Both the line below containing "e20 v18 v15 LINE" and the line containing "e39 v27 v29 LINE", along with every line between them, should be repeated exactly; no other line belongs in the answer.
· · · · ·
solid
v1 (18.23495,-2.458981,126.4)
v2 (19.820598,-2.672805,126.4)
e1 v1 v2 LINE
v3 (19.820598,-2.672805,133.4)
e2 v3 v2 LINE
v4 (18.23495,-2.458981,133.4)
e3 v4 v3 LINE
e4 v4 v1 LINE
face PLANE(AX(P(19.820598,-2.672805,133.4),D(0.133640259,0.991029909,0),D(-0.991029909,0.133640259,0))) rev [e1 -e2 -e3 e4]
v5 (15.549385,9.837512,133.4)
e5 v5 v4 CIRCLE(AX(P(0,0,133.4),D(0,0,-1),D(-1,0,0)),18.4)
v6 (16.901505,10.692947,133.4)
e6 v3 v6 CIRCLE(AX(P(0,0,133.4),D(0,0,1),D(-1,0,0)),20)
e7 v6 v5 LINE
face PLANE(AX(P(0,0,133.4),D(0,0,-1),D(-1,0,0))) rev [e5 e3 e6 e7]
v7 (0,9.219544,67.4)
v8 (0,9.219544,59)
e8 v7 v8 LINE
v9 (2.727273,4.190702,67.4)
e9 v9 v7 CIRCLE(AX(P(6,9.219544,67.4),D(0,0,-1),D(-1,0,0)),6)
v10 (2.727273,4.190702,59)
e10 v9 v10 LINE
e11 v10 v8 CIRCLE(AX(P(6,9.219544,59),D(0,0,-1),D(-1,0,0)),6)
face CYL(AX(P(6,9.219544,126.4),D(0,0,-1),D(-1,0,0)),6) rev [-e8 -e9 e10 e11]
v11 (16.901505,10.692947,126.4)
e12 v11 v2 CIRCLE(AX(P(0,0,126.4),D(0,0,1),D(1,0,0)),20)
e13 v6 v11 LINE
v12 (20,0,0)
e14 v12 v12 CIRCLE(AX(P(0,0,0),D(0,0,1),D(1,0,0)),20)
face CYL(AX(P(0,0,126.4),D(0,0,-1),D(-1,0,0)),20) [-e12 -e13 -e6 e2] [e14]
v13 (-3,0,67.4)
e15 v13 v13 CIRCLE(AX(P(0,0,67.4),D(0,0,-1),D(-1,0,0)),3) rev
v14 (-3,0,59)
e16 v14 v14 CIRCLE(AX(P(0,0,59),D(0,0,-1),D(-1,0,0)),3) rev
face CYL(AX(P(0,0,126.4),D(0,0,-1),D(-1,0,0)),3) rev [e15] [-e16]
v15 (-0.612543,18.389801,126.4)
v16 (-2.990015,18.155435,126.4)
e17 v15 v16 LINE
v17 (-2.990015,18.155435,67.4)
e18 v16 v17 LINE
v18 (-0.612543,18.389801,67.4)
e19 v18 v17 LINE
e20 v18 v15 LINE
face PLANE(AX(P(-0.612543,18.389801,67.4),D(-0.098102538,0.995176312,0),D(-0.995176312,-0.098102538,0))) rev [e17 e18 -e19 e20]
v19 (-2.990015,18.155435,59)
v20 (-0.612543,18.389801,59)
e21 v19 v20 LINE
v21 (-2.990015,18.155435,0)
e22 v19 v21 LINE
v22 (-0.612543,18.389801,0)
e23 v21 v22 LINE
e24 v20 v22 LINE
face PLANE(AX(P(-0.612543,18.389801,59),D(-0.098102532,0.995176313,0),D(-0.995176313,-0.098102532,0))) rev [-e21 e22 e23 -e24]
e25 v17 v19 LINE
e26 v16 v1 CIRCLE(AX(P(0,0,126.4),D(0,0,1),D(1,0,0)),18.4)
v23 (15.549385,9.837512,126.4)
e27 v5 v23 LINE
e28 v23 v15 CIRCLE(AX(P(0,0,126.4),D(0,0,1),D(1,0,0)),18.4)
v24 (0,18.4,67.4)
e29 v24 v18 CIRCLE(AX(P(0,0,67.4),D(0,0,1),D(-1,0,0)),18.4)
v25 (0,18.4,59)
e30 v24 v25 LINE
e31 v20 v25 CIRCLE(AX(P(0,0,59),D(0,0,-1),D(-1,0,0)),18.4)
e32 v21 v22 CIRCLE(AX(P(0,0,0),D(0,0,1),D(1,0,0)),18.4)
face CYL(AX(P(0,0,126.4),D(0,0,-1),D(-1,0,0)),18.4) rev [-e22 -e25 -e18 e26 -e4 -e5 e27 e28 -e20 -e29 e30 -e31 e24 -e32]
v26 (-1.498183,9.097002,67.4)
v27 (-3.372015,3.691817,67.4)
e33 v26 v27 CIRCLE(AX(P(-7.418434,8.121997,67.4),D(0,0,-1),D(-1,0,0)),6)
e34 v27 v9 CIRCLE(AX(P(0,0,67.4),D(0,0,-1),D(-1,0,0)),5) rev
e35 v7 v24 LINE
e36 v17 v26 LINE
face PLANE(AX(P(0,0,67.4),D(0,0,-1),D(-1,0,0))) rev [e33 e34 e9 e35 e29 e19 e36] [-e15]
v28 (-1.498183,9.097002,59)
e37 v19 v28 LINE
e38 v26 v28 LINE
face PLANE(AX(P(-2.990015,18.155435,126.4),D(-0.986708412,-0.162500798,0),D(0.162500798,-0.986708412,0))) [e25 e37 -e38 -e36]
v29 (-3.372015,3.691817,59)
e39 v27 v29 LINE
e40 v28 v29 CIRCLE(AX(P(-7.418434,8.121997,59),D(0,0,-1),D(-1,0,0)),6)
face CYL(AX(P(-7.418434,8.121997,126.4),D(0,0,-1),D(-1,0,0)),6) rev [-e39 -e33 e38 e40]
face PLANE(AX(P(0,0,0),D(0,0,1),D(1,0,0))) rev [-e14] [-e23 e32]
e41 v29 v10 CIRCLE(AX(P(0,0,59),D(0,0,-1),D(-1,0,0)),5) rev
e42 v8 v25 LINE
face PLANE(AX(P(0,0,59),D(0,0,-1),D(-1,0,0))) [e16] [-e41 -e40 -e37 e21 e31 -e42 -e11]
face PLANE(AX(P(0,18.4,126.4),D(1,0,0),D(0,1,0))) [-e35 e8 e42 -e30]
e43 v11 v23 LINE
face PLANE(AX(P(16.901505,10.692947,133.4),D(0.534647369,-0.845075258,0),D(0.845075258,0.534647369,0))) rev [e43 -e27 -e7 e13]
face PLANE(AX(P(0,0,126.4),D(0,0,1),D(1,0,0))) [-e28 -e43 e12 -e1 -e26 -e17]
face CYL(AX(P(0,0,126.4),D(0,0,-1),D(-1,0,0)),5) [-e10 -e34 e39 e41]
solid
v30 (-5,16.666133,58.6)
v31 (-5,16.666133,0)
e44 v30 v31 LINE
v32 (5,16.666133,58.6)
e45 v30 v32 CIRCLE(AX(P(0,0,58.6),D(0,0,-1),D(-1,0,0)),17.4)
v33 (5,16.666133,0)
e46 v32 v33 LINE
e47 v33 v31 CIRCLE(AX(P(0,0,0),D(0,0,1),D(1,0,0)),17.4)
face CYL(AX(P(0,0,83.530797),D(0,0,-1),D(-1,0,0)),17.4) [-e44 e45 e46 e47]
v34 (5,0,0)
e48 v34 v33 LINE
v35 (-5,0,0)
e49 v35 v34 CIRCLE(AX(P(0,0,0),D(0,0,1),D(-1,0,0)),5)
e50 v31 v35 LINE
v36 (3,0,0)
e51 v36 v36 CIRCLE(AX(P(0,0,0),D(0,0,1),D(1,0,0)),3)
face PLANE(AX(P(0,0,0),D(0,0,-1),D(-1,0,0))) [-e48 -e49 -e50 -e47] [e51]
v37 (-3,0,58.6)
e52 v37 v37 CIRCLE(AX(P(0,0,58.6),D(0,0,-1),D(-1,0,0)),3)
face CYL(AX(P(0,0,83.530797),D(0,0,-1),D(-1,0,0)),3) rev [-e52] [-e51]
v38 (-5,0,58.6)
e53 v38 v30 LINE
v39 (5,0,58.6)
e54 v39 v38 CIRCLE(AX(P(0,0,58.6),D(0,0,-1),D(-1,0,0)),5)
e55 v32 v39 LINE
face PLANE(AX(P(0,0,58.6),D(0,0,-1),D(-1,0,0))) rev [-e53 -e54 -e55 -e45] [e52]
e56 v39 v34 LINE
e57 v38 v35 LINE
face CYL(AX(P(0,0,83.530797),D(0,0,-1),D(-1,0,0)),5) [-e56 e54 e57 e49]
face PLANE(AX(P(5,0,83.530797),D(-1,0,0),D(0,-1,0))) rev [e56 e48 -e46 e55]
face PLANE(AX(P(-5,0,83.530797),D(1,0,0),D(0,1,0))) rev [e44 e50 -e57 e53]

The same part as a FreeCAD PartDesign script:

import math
import FreeCAD as App
import Part
import Sketcher

V = App.Vector
Q = App.Units.Quantity

doc = App.newDocument("Part")
body = doc.addObject("PartDesign::Body", "Body")

sketch1 = body.newObject("Sketcher::SketchObject", "Sketch")
sketch1.AttachmentSupport = (doc.getObject("XY_Plane"), [""])
sketch1.MapMode = "FlatFace"
sketch1.addGeometry(Part.Circle(V(0, 0, 0), V(0, 0, 1), 20), False)
sketch1.addGeometry(Part.Circle(V(0, 0, 0), V(0, 0, 1), 18), False)
sketch1.addConstraint(Sketcher.Constraint("Coincident", 0, 3, -1, 1))
sketch1.addConstraint(Sketcher.Constraint("Coincident", 1, 3, -1, 1))
sketch1.addConstraint(Sketcher.Constraint("Diameter", 0, 40.0))
sketch1.addConstraint(Sketcher.Constraint("Diameter", 1, 36.8))
pad1 = body.newObject("PartDesign::Pad", "Pad")
pad1.Profile = sketch1
pad1.Length = 126.4

sketch2 = body.newObject("Sketcher::SketchObject", "Sketch001")
sketch2.AttachmentSupport = (doc.getObject("XY_Plane"), [""])
sketch2.MapMode = "FlatFace"
sketch2.addGeometry(Part.LineSegment(V(0, 18.4, 0), V(0, 9.2, 0)), False)
sketch2.addGeometry(Part.ArcOfCircle(Part.Circle(V(6, 9.2, 0), V(0, 0, 1), 6), math.radians(-180), math.radians(-123)), False)
sketch2.addGeometry(Part.ArcOfCircle(Part.Circle(V(0, 0, 0), V(0, 0, 1), 5), math.radians(132), math.radians(417)), False)
sketch2.addGeometry(Part.ArcOfCircle(Part.Circle(V(-7.4, 8.1, 0), V(0, 0, 1), 6), math.radians(-48), math.radians(9)), False)
sketch2.addGeometry(Part.LineSegment(V(-1.5, 9.1, 0), V(-3, 18.2, 0)), False)
sketch2.addGeometry(Part.ArcOfCircle(Part.Circle(V(0, 0, 0), V(0, 0, 1), 18.4), math.radians(90), math.radians(99.35)), False)
sketch2.addGeometry(Part.Circle(V(0, 0, 0), V(0, 0, 1), 3), False)
sketch2.addConstraint(Sketcher.Constraint("Tangent", 0, 2, 1, 1))
sketch2.addConstraint(Sketcher.Constraint("Tangent", 1, 2, 2, 2))
sketch2.addConstraint(Sketcher.Constraint("Tangent", 2, 1, 3, 1))
sketch2.addConstraint(Sketcher.Constraint("Tangent", 3, 2, 4, 1))
sketch2.addConstraint(Sketcher.Constraint("Coincident", 4, 2, 5, 2))
sketch2.addConstraint(Sketcher.Constraint("Coincident", 5, 1, 0, 1))
sketch2.addConstraint(Sketcher.Constraint("Vertical", 0))
sketch2.addConstraint(Sketcher.Constraint("Coincident", 2, 3, -1, 1))
sketch2.addConstraint(Sketcher.Constraint("Coincident", 5, 3, -1, 1))
sketch2.addConstraint(Sketcher.Constraint("Coincident", 6, 3, -1, 1))
sketch2.addConstraint(Sketcher.Constraint("Equal", 1, 3))
sketch2.addConstraint(Sketcher.Constraint("PointOnObject", 0, 2, -2))
sketch2.addConstraint(Sketcher.Constraint("Diameter", 6, 6.0))
sketch2.addConstraint(Sketcher.Constraint("Radius", 1, 6.0))
sketch2.addConstraint(Sketcher.Constraint("Radius", 2, 5.0))
sketch2.addConstraint(Sketcher.Constraint("Radius", 5, 18.4))
sketch2.addConstraint(Sketcher.Constraint("DistanceX", 2, 1, 4, 2, 0.382001))
sketch2.addConstraint(Sketcher.Constraint("DistanceY", 1, 2, 3, 2, 4.9063))
pad2 = body.newObject("PartDesign::Pad", "Pad001")
pad2.Profile = sketch2
pad2.Length = 126.4

sketch3 = body.newObject("Sketcher::SketchObject", "Sketch002")
sketch3.AttachmentSupport = (doc.getObject("XY_Plane"), [""])
sketch3.MapMode = "FlatFace"
sketch3.addGeometry(Part.LineSegment(V(-3, 18.2, 0), V(-0.6, 18.4, 0)), False)
sketch3.addGeometry(Part.ArcOfCircle(Part.Circle(V(0, 0, 0), V(0, 0, 1), 18.4), math.radians(99), math.radians(452)), False)
sketch3.addConstraint(Sketcher.Constraint("Coincident", 0, 1, 1, 1))
sketch3.addConstraint(Sketcher.Constraint("Coincident", 1, 2, 0, 2))
sketch3.addConstraint(Sketcher.Constraint("Coincident", 1, 3, -1, 1))
sketch3.addConstraint(Sketcher.Constraint("Radius", 1, 18.4))
sketch3.addConstraint(Sketcher.Constraint("DistanceY", -1, 1, 1, 2, 18.389801))
sketch3.addConstraint(Sketcher.Constraint("DistanceX", 0, 1, 1, 2, 2.377472))
pocket1 = body.newObject("PartDesign::Pocket", "Pocket")
pocket1.Profile = sketch3
pocket1.Length = 59
pocket1.Reversed = True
· · · · ·
(Response below)
e20 v18 v15 LINE
face PLANE(AX(P(-0.612543,18.389801,67.4),D(-0.098102538,0.995176312,0),D(-0.995176312,-0.098102538,0))) rev [e17 e18 -e19 e20]
v19 (-2.990015,18.155435,59)
v20 (-0.612543,18.389801,59)
e21 v19 v20 LINE
v21 (-2.990015,18.155435,0)
e22 v19 v21 LINE
v22 (-0.612543,18.389801,0)
e23 v21 v22 LINE
e24 v20 v22 LINE
face PLANE(AX(P(-0.612543,18.389801,59),D(-0.098102532,0.995176313,0),D(-0.995176313,-0.098102532,0))) rev [-e21 e22 e23 -e24]
e25 v17 v19 LINE
e26 v16 v1 CIRCLE(AX(P(0,0,126.4),D(0,0,1),D(1,0,0)),18.4)
v23 (15.549385,9.837512,126.4)
e27 v5 v23 LINE
e28 v23 v15 CIRCLE(AX(P(0,0,126.4),D(0,0,1),D(1,0,0)),18.4)
v24 (0,18.4,67.4)
e29 v24 v18 CIRCLE(AX(P(0,0,67.4),D(0,0,1),D(-1,0,0)),18.4)
v25 (0,18.4,59)
e30 v24 v25 LINE
e31 v20 v25 CIRCLE(AX(P(0,0,59),D(0,0,-1),D(-1,0,0)),18.4)
e32 v21 v22 CIRCLE(AX(P(0,0,0),D(0,0,1),D(1,0,0)),18.4)
face CYL(AX(P(0,0,126.4),D(0,0,-1),D(-1,0,0)),18.4) rev [-e22 -e25 -e18 e26 -e4 -e5 e27 e28 -e20 -e29 e30 -e31 e24 -e32]
v26 (-1.498183,9.097002,67.4)
v27 (-3.372015,3.691817,67.4)
e33 v26 v27 CIRCLE(AX(P(-7.418434,8.121997,67.4),D(0,0,-1),D(-1,0,0)),6)
e34 v27 v9 CIRCLE(AX(P(0,0,67.4),D(0,0,-1),D(-1,0,0)),5) rev
e35 v7 v24 LINE
e36 v17 v26 LINE
face PLANE(AX(P(0,0,67.4),D(0,0,-1),D(-1,0,0))) rev [e33 e34 e9 e35 e29 e19 e36] [-e15]
v28 (-1.498183,9.097002,59)
e37 v19 v28 LINE
e38 v26 v28 LINE
face PLANE(AX(P(-2.990015,18.155435,126.4),D(-0.986708412,-0.162500798,0),D(0.162500798,-0.986708412,0))) [e25 e37 -e38 -e36]
v29 (-3.372015,3.691817,59)
e39 v27 v29 LINE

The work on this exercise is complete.